* Data listing *
★ ★ ★ ★

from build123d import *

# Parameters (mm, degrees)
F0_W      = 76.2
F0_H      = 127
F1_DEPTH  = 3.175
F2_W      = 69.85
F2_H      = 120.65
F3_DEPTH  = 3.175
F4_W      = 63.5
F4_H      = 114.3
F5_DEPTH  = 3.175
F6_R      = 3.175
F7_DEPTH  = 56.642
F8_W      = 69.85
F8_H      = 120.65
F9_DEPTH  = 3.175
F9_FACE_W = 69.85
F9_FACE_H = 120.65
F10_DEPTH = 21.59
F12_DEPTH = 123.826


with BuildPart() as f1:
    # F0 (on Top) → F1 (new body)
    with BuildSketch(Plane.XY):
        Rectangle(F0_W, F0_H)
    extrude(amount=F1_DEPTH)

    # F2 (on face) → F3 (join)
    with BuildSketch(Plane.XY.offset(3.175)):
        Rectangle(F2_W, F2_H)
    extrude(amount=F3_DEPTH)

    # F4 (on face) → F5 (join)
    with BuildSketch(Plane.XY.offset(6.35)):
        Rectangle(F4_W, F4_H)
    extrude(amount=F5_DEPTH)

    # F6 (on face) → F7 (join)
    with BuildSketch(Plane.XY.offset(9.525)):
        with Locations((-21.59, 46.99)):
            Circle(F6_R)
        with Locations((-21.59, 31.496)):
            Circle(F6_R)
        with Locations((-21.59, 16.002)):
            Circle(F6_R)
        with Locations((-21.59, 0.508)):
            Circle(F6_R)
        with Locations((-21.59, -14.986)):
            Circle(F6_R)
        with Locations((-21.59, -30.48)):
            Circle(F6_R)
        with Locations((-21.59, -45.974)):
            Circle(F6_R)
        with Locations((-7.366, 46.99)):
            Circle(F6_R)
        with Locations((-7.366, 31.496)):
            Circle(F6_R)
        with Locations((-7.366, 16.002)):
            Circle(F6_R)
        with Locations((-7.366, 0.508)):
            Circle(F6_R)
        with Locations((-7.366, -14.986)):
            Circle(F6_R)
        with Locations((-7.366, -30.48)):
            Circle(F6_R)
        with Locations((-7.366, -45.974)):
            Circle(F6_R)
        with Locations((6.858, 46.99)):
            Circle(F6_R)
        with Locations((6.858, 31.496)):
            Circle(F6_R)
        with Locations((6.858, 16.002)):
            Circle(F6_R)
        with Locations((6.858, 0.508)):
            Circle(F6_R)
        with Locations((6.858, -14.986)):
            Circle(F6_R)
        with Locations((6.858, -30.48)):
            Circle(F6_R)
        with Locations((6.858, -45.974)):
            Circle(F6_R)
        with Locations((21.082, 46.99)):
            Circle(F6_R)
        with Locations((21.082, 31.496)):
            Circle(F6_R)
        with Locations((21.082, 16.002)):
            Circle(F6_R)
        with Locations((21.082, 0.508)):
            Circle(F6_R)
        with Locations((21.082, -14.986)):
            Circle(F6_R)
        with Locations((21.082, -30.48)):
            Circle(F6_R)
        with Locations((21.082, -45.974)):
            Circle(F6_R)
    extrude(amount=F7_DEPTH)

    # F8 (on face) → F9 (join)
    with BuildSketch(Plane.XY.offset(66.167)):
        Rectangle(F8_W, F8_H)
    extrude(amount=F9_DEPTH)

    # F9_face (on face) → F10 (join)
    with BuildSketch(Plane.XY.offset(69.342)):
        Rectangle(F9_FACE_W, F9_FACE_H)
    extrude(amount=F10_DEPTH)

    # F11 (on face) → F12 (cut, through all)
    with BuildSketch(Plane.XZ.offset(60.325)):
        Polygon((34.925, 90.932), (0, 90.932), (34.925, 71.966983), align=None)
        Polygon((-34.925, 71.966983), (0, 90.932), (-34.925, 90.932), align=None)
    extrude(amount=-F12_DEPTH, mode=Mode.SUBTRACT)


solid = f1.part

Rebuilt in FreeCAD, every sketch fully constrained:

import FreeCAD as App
import Part
import Sketcher

V = App.Vector
Q = App.Units.Quantity


def add_polygon(sketch, points):
    """Adds a closed chain of lines whose ends are joined by coincident constraints."""
    first, n = sketch.GeometryCount, len(points)
    for a, b in zip(points, points[1:] + points[:1]):
        sketch.addGeometry(Part.LineSegment(App.Vector(*a, 0), App.Vector(*b, 0)), False)
    for i in range(n):
        sketch.addConstraint(Sketcher.Constraint("Coincident", first + i, 2, first + (i + 1) % n, 1))

doc = App.newDocument("Part")
body = doc.addObject("PartDesign::Body", "Body")

sketch1 = body.newObject("Sketcher::SketchObject", "Sketch")
sketch1.AttachmentSupport = (doc.getObject("XY_Plane"), [""])
sketch1.MapMode = "FlatFace"
add_polygon(sketch1, [(-38.1, 63.5), (-38.1, -63.5), (38.1, -63.5), (38.1, 63.5)])
sketch1.addConstraint(Sketcher.Constraint("Vertical", 0))
sketch1.addConstraint(Sketcher.Constraint("Horizontal", 1))
sketch1.addConstraint(Sketcher.Constraint("Vertical", 2))
sketch1.addConstraint(Sketcher.Constraint("Horizontal", 3))
sketch1.addConstraint(Sketcher.Constraint("Symmetric", 0, 2, 2, 2, -1, 1))
sketch1.addConstraint(Sketcher.Constraint("DistanceX", 1, 1, 1, 2, Q("3 in")))
sketch1.addConstraint(Sketcher.Constraint("DistanceY", 0, 2, 0, 1, Q("5 in")))
pad1 = body.newObject("PartDesign::Pad", "Pad")
pad1.Profile = sketch1
pad1.Length = Q("0.125 in")

sketch2 = body.newObject("Sketcher::SketchObject", "Sketch001")
sketch2.AttachmentSupport = (doc.getObject("XY_Plane"), [""])
sketch2.MapMode = "FlatFace"
sketch2.AttachmentOffset = App.Placement(V(0, 0, 0.125 * 25.4), App.Rotation())
add_polygon(sketch2, [(-34.925, 60.325), (-34.925, -60.325), (34.925, -60.325), (34.925, 60.325)])
sketch2.addConstraint(Sketcher.Constraint("Vertical", 0))
sketch2.addConstraint(Sketcher.Constraint("Horizontal", 1))
sketch2.addConstraint(Sketcher.Constraint("Vertical", 2))
sketch2.addConstraint(Sketcher.Constraint("Horizontal", 3))
sketch2.addConstraint(Sketcher.Constraint("Symmetric", 0, 2, 2, 2, -1, 1))
sketch2.addConstraint(Sketcher.Constraint("DistanceX", 1, 1, 1, 2, Q("2.75 in")))
sketch2.addConstraint(Sketcher.Constraint("DistanceY", 0, 2, 0, 1, Q("4.75 in")))
pad2 = body.newObject("PartDesign::Pad", "Pad001")
pad2.Profile = sketch2
pad2.Length = Q("0.125 in")

sketch3 = body.newObject("Sketcher::SketchObject", "Sketch002")
sketch3.AttachmentSupport = (doc.getObject("XY_Plane"), [""])
sketch3.MapMode = "FlatFace"
sketch3.AttachmentOffset = App.Placement(V(0, 0, 0.25 * 25.4), App.Rotation())
add_polygon(sketch3, [(-31.75, 57.15), (-31.75, -57.15), (31.75, -57.15), (31.75, 57.15)])
sketch3.addConstraint(Sketcher.Constraint("Vertical", 0))
sketch3.addConstraint(Sketcher.Constraint("Horizontal", 1))
sketch3.addConstraint(Sketcher.Constraint("Vertical", 2))
sketch3.addConstraint(Sketcher.Constraint("Horizontal", 3))
sketch3.addConstraint(Sketcher.Constraint("Symmetric", 0, 2, 2, 2, -1, 1))
sketch3.addConstraint(Sketcher.Constraint("DistanceX", 1, 1, 1, 2, Q("2.5 in")))
sketch3.addConstraint(Sketcher.Constraint("DistanceY", 0, 2, 0, 1, Q("4.5 in")))
pad3 = body.newObject("PartDesign::Pad", "Pad002")
pad3.Profile = sketch3
pad3.Length = Q("0.125 in")

sketch4 = body.newObject("Sketcher::SketchObject", "Sketch003")
sketch4.AttachmentSupport = (doc.getObject("XY_Plane"), [""])
sketch4.MapMode = "FlatFace"
sketch4.AttachmentOffset = App.Placement(V(0, 0, 0.375 * 25.4), App.Rotation())
sketch4.addGeometry(Part.Circle(V(-21.59, 46.99, 0), V(0, 0, 1), 3.175), False)
sketch4.addGeometry(Part.Circle(V(-21.59, 31.496, 0), V(0, 0, 1), 3.175), False)
sketch4.addGeometry(Part.Circle(V(-21.59, 16.002, 0), V(0, 0, 1), 3.175), False)
sketch4.addGeometry(Part.Circle(V(-21.59, 0.508, 0), V(0, 0, 1), 3.175), False)
sketch4.addGeometry(Part.Circle(V(-21.59, -14.986, 0), V(0, 0, 1), 3.175), False)
sketch4.addGeometry(Part.Circle(V(-21.59, -30.48, 0), V(0, 0, 1), 3.175), False)
sketch4.addGeometry(Part.Circle(V(-21.59, -45.974, 0), V(0, 0, 1), 3.175), False)
sketch4.addGeometry(Part.Circle(V(-7.366, 46.99, 0), V(0, 0, 1), 3.175), False)
sketch4.addGeometry(Part.Circle(V(-7.366, 31.496, 0), V(0, 0, 1), 3.175), False)
sketch4.addGeometry(Part.Circle(V(-7.366, 16.002, 0), V(0, 0, 1), 3.175), False)
sketch4.addGeometry(Part.Circle(V(-7.366, 0.508, 0), V(0, 0, 1), 3.175), False)
sketch4.addGeometry(Part.Circle(V(-7.366, -14.986, 0), V(0, 0, 1), 3.175), False)
sketch4.addGeometry(Part.Circle(V(-7.366, -30.48, 0), V(0, 0, 1), 3.175), False)
sketch4.addGeometry(Part.Circle(V(-7.366, -45.974, 0), V(0, 0, 1), 3.175), False)
sketch4.addGeometry(Part.Circle(V(6.858, 46.99, 0), V(0, 0, 1), 3.175), False)
sketch4.addGeometry(Part.Circle(V(6.858, 31.496, 0), V(0, 0, 1), 3.175), False)
sketch4.addGeometry(Part.Circle(V(6.858, 16.002, 0), V(0, 0, 1), 3.175), False)
sketch4.addGeometry(Part.Circle(V(6.858, 0.508, 0), V(0, 0, 1), 3.175), False)
sketch4.addGeometry(Part.Circle(V(6.858, -14.986, 0), V(0, 0, 1), 3.175), False)
sketch4.addGeometry(Part.Circle(V(6.858, -30.48, 0), V(0, 0, 1), 3.175), False)
sketch4.addGeometry(Part.Circle(V(6.858, -45.974, 0), V(0, 0, 1), 3.175), False)
sketch4.addGeometry(Part.Circle(V(21.082, 46.99, 0), V(0, 0, 1), 3.175), False)
sketch4.addGeometry(Part.Circle(V(21.082, 31.496, 0), V(0, 0, 1), 3.175), False)
sketch4.addGeometry(Part.Circle(V(21.082, 16.002, 0), V(0, 0, 1), 3.175), False)
sketch4.addGeometry(Part.Circle(V(21.082, 0.508, 0), V(0, 0, 1), 3.175), False)
sketch4.addGeometry(Part.Circle(V(21.082, -14.986, 0), V(0, 0, 1), 3.175), False)
sketch4.addGeometry(Part.Circle(V(21.082, -30.48, 0), V(0, 0, 1), 3.175), False)
sketch4.addGeometry(Part.Circle(V(21.082, -45.974, 0), V(0, 0, 1), 3.175), False)
sketch4.addConstraint(Sketcher.Constraint("Equal", 0, 1))
sketch4.addConstraint(Sketcher.Constraint("Equal", 1, 2))
sketch4.addConstraint(Sketcher.Constraint("Equal", 2, 3))
sketch4.addConstraint(Sketcher.Constraint("Equal", 3, 4))
sketch4.addConstraint(Sketcher.Constraint("Equal", 4, 5))
sketch4.addConstraint(Sketcher.Constraint("Equal", 5, 6))
sketch4.addConstraint(Sketcher.Constraint("Equal", 6, 7))
sketch4.addConstraint(Sketcher.Constraint("Equal", 7, 8))
sketch4.addConstraint(Sketcher.Constraint("Equal", 8, 9))
sketch4.addConstraint(Sketcher.Constraint("Equal", 9, 10))
sketch4.addConstraint(Sketcher.Constraint("Equal", 10, 11))
sketch4.addConstraint(Sketcher.Constraint("Equal", 11, 12))
sketch4.addConstraint(Sketcher.Constraint("Equal", 12, 13))
sketch4.addConstraint(Sketcher.Constraint("Equal", 13, 14))
sketch4.addConstraint(Sketcher.Constraint("Equal", 14, 15))
sketch4.addConstraint(Sketcher.Constraint("Equal", 15, 16))
sketch4.addConstraint(Sketcher.Constraint("Equal", 16, 17))
sketch4.addConstraint(Sketcher.Constraint("Equal", 17, 18))
sketch4.addConstraint(Sketcher.Constraint("Equal", 18, 19))
sketch4.addConstraint(Sketcher.Constraint("Equal", 19, 20))
sketch4.addConstraint(Sketcher.Constraint("Equal", 20, 21))
sketch4.addConstraint(Sketcher.Constraint("Equal", 21, 22))
sketch4.addConstraint(Sketcher.Constraint("Equal", 22, 23))
sketch4.addConstraint(Sketcher.Constraint("Equal", 23, 24))
sketch4.addConstraint(Sketcher.Constraint("Equal", 24, 25))
sketch4.addConstraint(Sketcher.Constraint("Equal", 25, 26))
sketch4.addConstraint(Sketcher.Constraint("Equal", 26, 27))
sketch4.addConstraint(Sketcher.Constraint("Horizontal", 0, 3, 7, 3))
sketch4.addConstraint(Sketcher.Constraint("Horizontal", 1, 3, 8, 3))
sketch4.addConstraint(Sketcher.Constraint("Horizontal", 2, 3, 9, 3))
sketch4.addConstraint(Sketcher.Constraint("Horizontal", 3, 3, 10, 3))
sketch4.addConstraint(Sketcher.Constraint("Horizontal", 4, 3, 11, 3))
sketch4.addConstraint(Sketcher.Constraint("Horizontal", 5, 3, 12, 3))
sketch4.addConstraint(Sketcher.Constraint("Horizontal", 6, 3, 13, 3))
sketch4.addConstraint(Sketcher.Constraint("Horizontal", 7, 3, 14, 3))
sketch4.addConstraint(Sketcher.Constraint("Horizontal", 8, 3, 15, 3))
sketch4.addConstraint(Sketcher.Constraint("Horizontal", 9, 3, 16, 3))
sketch4.addConstraint(Sketcher.Constraint("Horizontal", 10, 3, 17, 3))
sketch4.addConstraint(Sketcher.Constraint("Horizontal", 11, 3, 18, 3))
sketch4.addConstraint(Sketcher.Constraint("Horizontal", 12, 3, 19, 3))
sketch4.addConstraint(Sketcher.Constraint("Horizontal", 13, 3, 20, 3))
sketch4.addConstraint(Sketcher.Constraint("Horizontal", 14, 3, 21, 3))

★ ★ ★ ★

* Task requirements *
From the records above, return each line that has the string "align".

* Task output *
        Polygon((34.925, 90.932), (0, 90.932), (34.925, 71.966983), align=None)
        Polygon((-34.925, 71.966983), (0, 90.932), (-34.925, 90.932), align=None)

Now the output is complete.